[<prev] [next>] [<thread-prev] [thread-next>] [day] [month] [year] [list]
Message-ID: <3729150.HPUjKjXiGc@cpaasch-mac>
Date: Sat, 16 Mar 2013 12:07:39 +0100
From: Christoph Paasch <christoph.paasch@...ouvain.be>
To: Alexander Duyck <alexander.h.duyck@...el.com>
Cc: Alexander Duyck <alexander.duyck@...il.com>,
Jeff Kirsher <jeffrey.t.kirsher@...el.com>,
Jesse Brandeburg <jesse.brandeburg@...el.com>,
Bruce Allan <bruce.w.allan@...el.com>,
Eric Dumazet <edumazet@...gle.com>, netdev@...r.kernel.org
Subject: Re: igb_poll - device driver failed to check map error
On Friday 15 March 2013 16:08:31 Alexander Duyck wrote:
> On 03/15/2013 12:52 AM, Christoph Paasch wrote:
> > On Thursday 14 March 2013 19:18:18 Alexander Duyck wrote:
> >> On 03/12/2013 02:31 AM, Christoph Paasch wrote:
> >>> Hello,
> >>>
> >>> I'm seeing a warning while booting my machine when DMA_API_DEBUG is set:
> >>>
> >>> [ 36.402824] ------------[ cut here ]------------
> >>> [ 36.458070] WARNING: at
> >>> /home/cpaasch/builder/net-next/lib/dma-debug.c:934
> >>> check_unmap+0x648/0x702()
> >>> [ 36.567377] Hardware name: ProLiant DL165 G7
> >>> [ 36.618452] igb 0000:04:00.0: DMA-API: device driver failed to check
> >>> map
> >>> error[device address=0x0000000233d9b232] [size=154 bytes] [mapped as
> >>> single] [ 36.776640] Modules linked in:
> >>> [ 36.815446] Pid: 0, comm: swapper/7 Not tainted 3.9.0-rc1-mptcp+ #101
> >>> [ 36.892515] Call Trace:
> >>> [ 36.921745] <IRQ> [<ffffffff8102ad7f>]
> >>> warn_slowpath_common+0x80/0x9a
> >>> [ 37.001023] [<ffffffff8102ae2d>] warn_slowpath_fmt+0x41/0x43
> >>> [ 37.069771] [<ffffffff811db17f>] check_unmap+0x648/0x702
> >>> [ 37.134363] [<ffffffff811db3e9>] debug_dma_unmap_page+0x50/0x52
> >>> [ 37.206234] [<ffffffff8136676a>] igb_poll+0x144/0xf7c
> >>> [ 37.267706] [<ffffffff8104dd19>] ? sched_clock_cpu+0x46/0xd1
> >>> [ 37.336456] [<ffffffff814458ce>] net_rx_action+0xa7/0x1d0
> >>> [ 37.402085] [<ffffffff81030b65>] __do_softirq+0xb4/0x16f
> >>> [ 37.466673] [<ffffffff81030c90>] irq_exit+0x40/0x87
> >>> [ 37.526067] [<ffffffff81002db1>] do_IRQ+0x98/0xaf
> >>> [ 37.583378] [<ffffffff815210aa>] common_interrupt+0x6a/0x6a
> >>> [ 37.651086] <EOI> [<ffffffff8105d4be>] ?

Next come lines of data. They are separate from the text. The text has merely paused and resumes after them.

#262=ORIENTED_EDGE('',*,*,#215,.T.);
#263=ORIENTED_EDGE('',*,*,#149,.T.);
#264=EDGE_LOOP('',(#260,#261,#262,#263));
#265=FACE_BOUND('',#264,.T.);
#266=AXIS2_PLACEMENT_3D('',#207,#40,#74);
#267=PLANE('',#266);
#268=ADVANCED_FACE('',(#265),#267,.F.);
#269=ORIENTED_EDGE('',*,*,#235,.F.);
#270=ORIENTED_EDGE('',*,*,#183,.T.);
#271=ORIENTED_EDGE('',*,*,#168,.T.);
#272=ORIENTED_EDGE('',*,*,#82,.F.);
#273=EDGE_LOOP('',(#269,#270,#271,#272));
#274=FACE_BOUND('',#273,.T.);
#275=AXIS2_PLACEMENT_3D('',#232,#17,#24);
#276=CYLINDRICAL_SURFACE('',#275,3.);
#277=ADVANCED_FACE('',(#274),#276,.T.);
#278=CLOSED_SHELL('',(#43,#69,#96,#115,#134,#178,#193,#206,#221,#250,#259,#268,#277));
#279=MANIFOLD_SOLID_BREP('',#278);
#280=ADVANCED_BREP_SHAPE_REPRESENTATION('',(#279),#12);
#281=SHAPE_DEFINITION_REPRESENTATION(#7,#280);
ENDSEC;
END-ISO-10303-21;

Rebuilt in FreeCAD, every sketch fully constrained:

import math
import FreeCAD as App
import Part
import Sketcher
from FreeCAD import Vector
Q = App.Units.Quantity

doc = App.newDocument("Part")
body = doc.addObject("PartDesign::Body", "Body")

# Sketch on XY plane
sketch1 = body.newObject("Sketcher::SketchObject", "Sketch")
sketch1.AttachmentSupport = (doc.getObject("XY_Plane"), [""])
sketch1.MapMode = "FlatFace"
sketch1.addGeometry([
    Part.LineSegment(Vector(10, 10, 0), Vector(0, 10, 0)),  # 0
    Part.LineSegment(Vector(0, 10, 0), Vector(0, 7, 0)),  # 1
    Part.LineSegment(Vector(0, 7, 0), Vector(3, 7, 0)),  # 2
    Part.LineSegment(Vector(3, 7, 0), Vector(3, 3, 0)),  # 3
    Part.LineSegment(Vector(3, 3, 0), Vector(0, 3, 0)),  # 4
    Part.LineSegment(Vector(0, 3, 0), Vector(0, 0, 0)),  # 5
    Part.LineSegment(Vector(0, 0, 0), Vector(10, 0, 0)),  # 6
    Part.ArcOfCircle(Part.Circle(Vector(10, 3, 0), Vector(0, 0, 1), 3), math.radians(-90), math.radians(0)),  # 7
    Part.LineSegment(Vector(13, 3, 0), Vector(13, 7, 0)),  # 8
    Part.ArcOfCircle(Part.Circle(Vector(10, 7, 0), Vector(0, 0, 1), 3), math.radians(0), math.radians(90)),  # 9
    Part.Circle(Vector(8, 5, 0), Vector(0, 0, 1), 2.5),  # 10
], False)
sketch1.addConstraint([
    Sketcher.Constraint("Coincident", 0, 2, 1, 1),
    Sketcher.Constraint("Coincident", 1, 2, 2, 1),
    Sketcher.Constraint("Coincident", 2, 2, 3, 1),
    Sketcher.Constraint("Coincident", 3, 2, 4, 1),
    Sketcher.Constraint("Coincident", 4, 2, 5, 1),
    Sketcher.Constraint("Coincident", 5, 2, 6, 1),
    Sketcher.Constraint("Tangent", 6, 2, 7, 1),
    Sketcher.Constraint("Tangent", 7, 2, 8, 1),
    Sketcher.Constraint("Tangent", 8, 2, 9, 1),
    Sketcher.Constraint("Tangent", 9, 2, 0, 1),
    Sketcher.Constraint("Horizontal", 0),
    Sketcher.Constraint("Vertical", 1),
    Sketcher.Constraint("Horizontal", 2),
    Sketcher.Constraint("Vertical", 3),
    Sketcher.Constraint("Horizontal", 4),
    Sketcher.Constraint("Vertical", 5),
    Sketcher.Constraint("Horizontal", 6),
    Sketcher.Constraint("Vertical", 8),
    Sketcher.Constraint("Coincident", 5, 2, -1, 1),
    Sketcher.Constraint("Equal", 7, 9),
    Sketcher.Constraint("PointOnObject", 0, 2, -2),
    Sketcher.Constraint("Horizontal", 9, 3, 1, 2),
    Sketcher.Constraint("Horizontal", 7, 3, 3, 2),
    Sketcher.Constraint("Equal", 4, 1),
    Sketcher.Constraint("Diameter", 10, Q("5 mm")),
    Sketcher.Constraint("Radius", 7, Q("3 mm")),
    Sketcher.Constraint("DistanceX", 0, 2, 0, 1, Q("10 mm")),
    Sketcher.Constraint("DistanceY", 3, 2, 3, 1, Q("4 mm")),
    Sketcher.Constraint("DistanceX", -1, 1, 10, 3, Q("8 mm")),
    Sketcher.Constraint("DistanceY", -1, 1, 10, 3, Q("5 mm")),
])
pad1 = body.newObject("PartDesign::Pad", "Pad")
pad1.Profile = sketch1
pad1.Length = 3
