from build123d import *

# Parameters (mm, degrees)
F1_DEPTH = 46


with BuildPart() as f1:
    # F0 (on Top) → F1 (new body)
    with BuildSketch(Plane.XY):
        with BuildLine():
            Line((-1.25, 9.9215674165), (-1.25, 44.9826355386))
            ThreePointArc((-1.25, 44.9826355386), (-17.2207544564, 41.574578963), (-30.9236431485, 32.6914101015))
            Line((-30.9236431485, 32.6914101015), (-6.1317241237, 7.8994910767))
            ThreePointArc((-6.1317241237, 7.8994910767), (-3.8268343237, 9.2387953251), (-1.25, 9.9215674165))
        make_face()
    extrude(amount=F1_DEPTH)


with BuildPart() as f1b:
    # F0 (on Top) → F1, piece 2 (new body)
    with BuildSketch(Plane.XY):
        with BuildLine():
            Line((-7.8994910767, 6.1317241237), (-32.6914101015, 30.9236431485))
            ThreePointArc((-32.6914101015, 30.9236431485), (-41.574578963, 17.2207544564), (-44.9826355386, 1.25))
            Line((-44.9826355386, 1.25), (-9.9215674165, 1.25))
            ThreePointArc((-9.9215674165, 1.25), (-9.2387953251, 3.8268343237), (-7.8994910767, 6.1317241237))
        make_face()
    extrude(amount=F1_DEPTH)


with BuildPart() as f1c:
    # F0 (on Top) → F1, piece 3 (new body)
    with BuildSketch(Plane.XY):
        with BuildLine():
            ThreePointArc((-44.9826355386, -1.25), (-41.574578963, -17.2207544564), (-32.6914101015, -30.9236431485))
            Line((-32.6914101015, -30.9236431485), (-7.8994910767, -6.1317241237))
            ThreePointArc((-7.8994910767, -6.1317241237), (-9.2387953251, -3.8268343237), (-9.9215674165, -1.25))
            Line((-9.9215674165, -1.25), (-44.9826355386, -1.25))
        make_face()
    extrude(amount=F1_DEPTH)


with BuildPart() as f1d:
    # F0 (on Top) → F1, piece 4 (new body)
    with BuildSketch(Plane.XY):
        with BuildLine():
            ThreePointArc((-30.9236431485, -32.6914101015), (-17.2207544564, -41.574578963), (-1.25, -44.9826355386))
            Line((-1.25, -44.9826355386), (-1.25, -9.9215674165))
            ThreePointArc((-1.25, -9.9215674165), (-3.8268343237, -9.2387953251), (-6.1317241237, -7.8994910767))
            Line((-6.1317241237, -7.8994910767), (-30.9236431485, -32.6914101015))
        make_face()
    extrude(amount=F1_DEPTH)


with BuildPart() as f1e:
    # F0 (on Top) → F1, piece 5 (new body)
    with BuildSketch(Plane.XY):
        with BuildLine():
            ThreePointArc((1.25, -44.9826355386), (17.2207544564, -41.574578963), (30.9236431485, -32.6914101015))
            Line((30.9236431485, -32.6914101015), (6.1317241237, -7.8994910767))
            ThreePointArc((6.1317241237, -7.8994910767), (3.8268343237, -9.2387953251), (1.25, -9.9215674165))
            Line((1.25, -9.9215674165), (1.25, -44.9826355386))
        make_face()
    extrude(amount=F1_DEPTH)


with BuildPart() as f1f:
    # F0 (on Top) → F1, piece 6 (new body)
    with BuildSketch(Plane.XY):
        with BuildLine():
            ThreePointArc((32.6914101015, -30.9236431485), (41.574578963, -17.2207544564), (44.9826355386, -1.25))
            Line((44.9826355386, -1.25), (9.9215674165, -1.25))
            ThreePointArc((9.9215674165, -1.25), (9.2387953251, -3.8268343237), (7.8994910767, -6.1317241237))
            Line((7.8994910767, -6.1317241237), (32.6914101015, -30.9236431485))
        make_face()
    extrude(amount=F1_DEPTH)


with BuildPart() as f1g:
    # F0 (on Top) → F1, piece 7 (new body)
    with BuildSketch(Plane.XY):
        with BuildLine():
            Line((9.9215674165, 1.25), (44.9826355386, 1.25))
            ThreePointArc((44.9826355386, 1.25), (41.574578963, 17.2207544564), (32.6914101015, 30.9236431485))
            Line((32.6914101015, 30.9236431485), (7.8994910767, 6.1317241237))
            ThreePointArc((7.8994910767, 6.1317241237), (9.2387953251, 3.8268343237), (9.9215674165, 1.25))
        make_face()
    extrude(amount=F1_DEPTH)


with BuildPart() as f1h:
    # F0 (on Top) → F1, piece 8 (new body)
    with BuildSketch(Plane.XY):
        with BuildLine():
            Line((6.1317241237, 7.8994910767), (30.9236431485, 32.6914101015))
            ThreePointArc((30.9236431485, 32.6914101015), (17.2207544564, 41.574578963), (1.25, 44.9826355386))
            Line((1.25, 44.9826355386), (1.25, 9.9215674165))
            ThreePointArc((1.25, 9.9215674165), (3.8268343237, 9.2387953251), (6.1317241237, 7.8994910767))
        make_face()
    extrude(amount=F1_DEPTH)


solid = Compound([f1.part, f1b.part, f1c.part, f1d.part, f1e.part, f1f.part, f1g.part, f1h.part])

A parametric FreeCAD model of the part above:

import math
import FreeCAD as App
import Part
import Sketcher

V = App.Vector
Q = App.Units.Quantity

doc = App.newDocument("Part")
body = doc.addObject("PartDesign::Body", "Body")

# Sketch on XY plane
sketch1 = body.newObject("Sketcher::SketchObject", "Sketch")
sketch1.AttachmentSupport = (doc.getObject("XY_Plane"), [""])
sketch1.MapMode = "FlatFace"
sketch1.addGeometry(Part.LineSegment(V(-1, 10, 0), V(-1, 45, 0)), False)
sketch1.addGeometry(Part.ArcOfCircle(Part.Circle(V(0, 0, 0), V(0, 0, 1), 45), math.radians(92), math.radians(133)), False)
sketch1.addGeometry(Part.LineSegment(V(-31, 33, 0), V(-6, 8, 0)), False)
sketch1.addGeometry(Part.ArcOfCircle(Part.Circle(V(0, 0, 0), V(0, 0, 1), 10), math.radians(97), math.radians(128)), False)
sketch1.addConstraint(Sketcher.Constraint("Coincident", 0, 2, 1, 1))
sketch1.addConstraint(Sketcher.Constraint("Coincident", 1, 2, 2, 1))
sketch1.addConstraint(Sketcher.Constraint("Coincident", 2, 2, 3, 2))
sketch1.addConstraint(Sketcher.Constraint("Coincident", 3, 1, 0, 1))
sketch1.addConstraint(Sketcher.Constraint("Vertical", 0))
sketch1.addConstraint(Sketcher.Constraint("Coincident", 1, 3, -1, 1))
sketch1.addConstraint(Sketcher.Constraint("Coincident", 3, 3, -1, 1))
sketch1.addConstraint(Sketcher.Constraint("Radius", 1, 45.0))
sketch1.addConstraint(Sketcher.Constraint("Radius", 3, 10.0))
sketch1.addConstraint(Sketcher.Constraint("Angle", 2, Q("-45 deg")))
sketch1.addConstraint(Sketcher.Constraint("DistanceX", 0, 2, -1, 1, 1.25))
sketch1.addConstraint(Sketcher.Constraint("Distance", 2, 35.061068))
pad1 = body.newObject("PartDesign::Pad", "Pad")
pad1.Profile = sketch1
pad1.Length = 46
body2 = doc.addObject("PartDesign::Body", "Body001")

# Sketch on XY plane
sketch2 = body2.newObject("Sketcher::SketchObject", "Sketch001")
sketch2.AttachmentSupport = (doc.getObject("XY_Plane001"), [""])
sketch2.MapMode = "FlatFace"
sketch2.addGeometry(Part.LineSegment(V(-8, 6, 0), V(-33, 31, 0)), False)
sketch2.addGeometry(Part.ArcOfCircle(Part.Circle(V(0, 0, 0), V(0, 0, 1), 45), math.radians(137), math.radians(178)), False)
sketch2.addGeometry(Part.LineSegment(V(-45, 1, 0), V(-10, 1, 0)), False)
sketch2.addGeometry(Part.ArcOfCircle(Part.Circle(V(0, 0, 0), V(0, 0, 1), 10), math.radians(142), math.radians(173)), False)
sketch2.addConstraint(Sketcher.Constraint("Coincident", 0, 2, 1, 1))
sketch2.addConstraint(Sketcher.Constraint("Coincident", 1, 2, 2, 1))
sketch2.addConstraint(Sketcher.Constraint("Coincident", 2, 2, 3, 2))
sketch2.addConstraint(Sketcher.Constraint("Coincident", 3, 1, 0, 1))
sketch2.addConstraint(Sketcher.Constraint("Horizontal", 2))
sketch2.addConstraint(Sketcher.Constraint("Coincident", 1, 3, -1, 1))
sketch2.addConstraint(Sketcher.Constraint("Coincident", 3, 3, -1, 1))
sketch2.addConstraint(Sketcher.Constraint("Radius", 1, 45.0))
sketch2.addConstraint(Sketcher.Constraint("Radius", 3, 10.0))
sketch2.addConstraint(Sketcher.Constraint("Angle", 0, Q("135 deg")))
sketch2.addConstraint(Sketcher.Constraint("DistanceY", -1, 1, 1, 2, 1.25))
sketch2.addConstraint(Sketcher.Constraint("Distance", 0, 35.061068))
pad2 = body2.newObject("PartDesign::Pad", "Pad001")
pad2.Profile = sketch2
pad2.Length = 46
body3 = doc.addObject("PartDesign::Body", "Body002")

# Sketch on XY plane
sketch3 = body3.newObject("Sketcher::SketchObject", "Sketch002")
sketch3.AttachmentSupport = (doc.getObject("XY_Plane002"), [""])
sketch3.MapMode = "FlatFace"
sketch3.addGeometry(Part.ArcOfCircle(Part.Circle(V(0, 0, 0), V(0, 0, 1), 45), math.radians(-178), math.radians(-137)), False)
sketch3.addGeometry(Part.LineSegment(V(-33, -31, 0), V(-8, -6, 0)), False)
sketch3.addGeometry(Part.ArcOfCircle(Part.Circle(V(0, 0, 0), V(0, 0, 1), 10), math.radians(-173), math.radians(-142)), False)
sketch3.addGeometry(Part.LineSegment(V(-10, -1, 0), V(-45, -1, 0)), False)
sketch3.addConstraint(Sketcher.Constraint("Coincident", 0, 2, 1, 1))
sketch3.addConstraint(Sketcher.Constraint("Coincident", 1, 2, 2, 2))
sketch3.addConstraint(Sketcher.Constraint("Coincident", 2, 1, 3, 1))
sketch3.addConstraint(Sketcher.Constraint("Coincident", 3, 2, 0, 1))
sketch3.addConstraint(Sketcher.Constraint("Horizontal", 3))
sketch3.addConstraint(Sketcher.Constraint("Coincident", 0, 3, -1, 1))
sketch3.addConstraint(Sketcher.Constraint("Coincident", 2, 3, -1, 1))
sketch3.addConstraint(Sketcher.Constraint("Radius", 0, 45.0))
sketch3.addConstraint(Sketcher.Constraint("Radius", 2, 10.0))
sketch3.addConstraint(Sketcher.Constraint("Angle", 1, Q("45 deg")))
sketch3.addConstraint(Sketcher.Constraint("DistanceY", 2, 1, -1, 1, 1.25))
sketch3.addConstraint(Sketcher.Constraint("Distance", 1, 35.061068))
pad3 = body3.newObject("PartDesign::Pad", "Pad002")
pad3.Profile = sketch3
pad3.Length = 46
body4 = doc.addObject("PartDesign::Body", "Body003")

> >>> __tick_nohz_idle_enter+0x116/0x31f
> >>> [ 37.736595] [<ffffffff81008a04>] ? default_idle+0x24/0x39
> >>> [ 37.802224] [<ffffffff81008c62>] cpu_idle+0x68/0xa4
> >>> [ 37.861616] [<ffffffff81519f78>] start_secondary+0x1a9/0x1ad
> >>> [ 37.930364] ---[ end trace 01b5bb0fd75a464c ]---
> >>>
> >>>
> >>> It happens shortly after mounting the NFS-root filesystem.
> >>>
> >>> I tried to understand what is going on, but I am now at my wit's end.
> >>>
> >>> By adding some print-statements, here is what I found out (not sure if
> >>> this is anyhow helpful):
> >>>
> >>> The difference between tx_buffer->time_stamp and the current 'jiffies'
> >>> is
> >>> up to 2000 jiffies (HZ==1000) at the first time the above warning
> >>> happens
> >>> (this seems too much for me). From then on, I see my print 3-4 times
> >>> appear but without such a big difference between the timestamps
> >>> (difference around 1 and 2 jiffies).
> >>>
> >>> Some other stuff, I printed:
> >>> tx_buffer->skb: ffff880235054c80
> >>> tx_buffer->bytecount: 154
> >>> tx_buffer->gso_segs: 1
> >>> tx_buffer->protocol: 8
> >>> tx_buffer->tx_flags 0x20
> >>>
> >>>
> >>> One last thing:
> >>> Am I right that after each call to dma_map_single/page a call to
> >>> dma_mapping_error is needed? If that's the case, I have some patches
> >>> that
> >>> add this statement at missing places in the e1000, e1000e and ixgb
> >>> driver. But these patches do not fix my above problem.
> >>>
> >>>
> >>> Thanks for your help,
> >>> Christoph
> >>
> >> Christoph,
> >>
> >> One thing that might be useful would be to reproduce this with a
> >> standard 3.9-rc kernel instead of one using the multipath TCP patches.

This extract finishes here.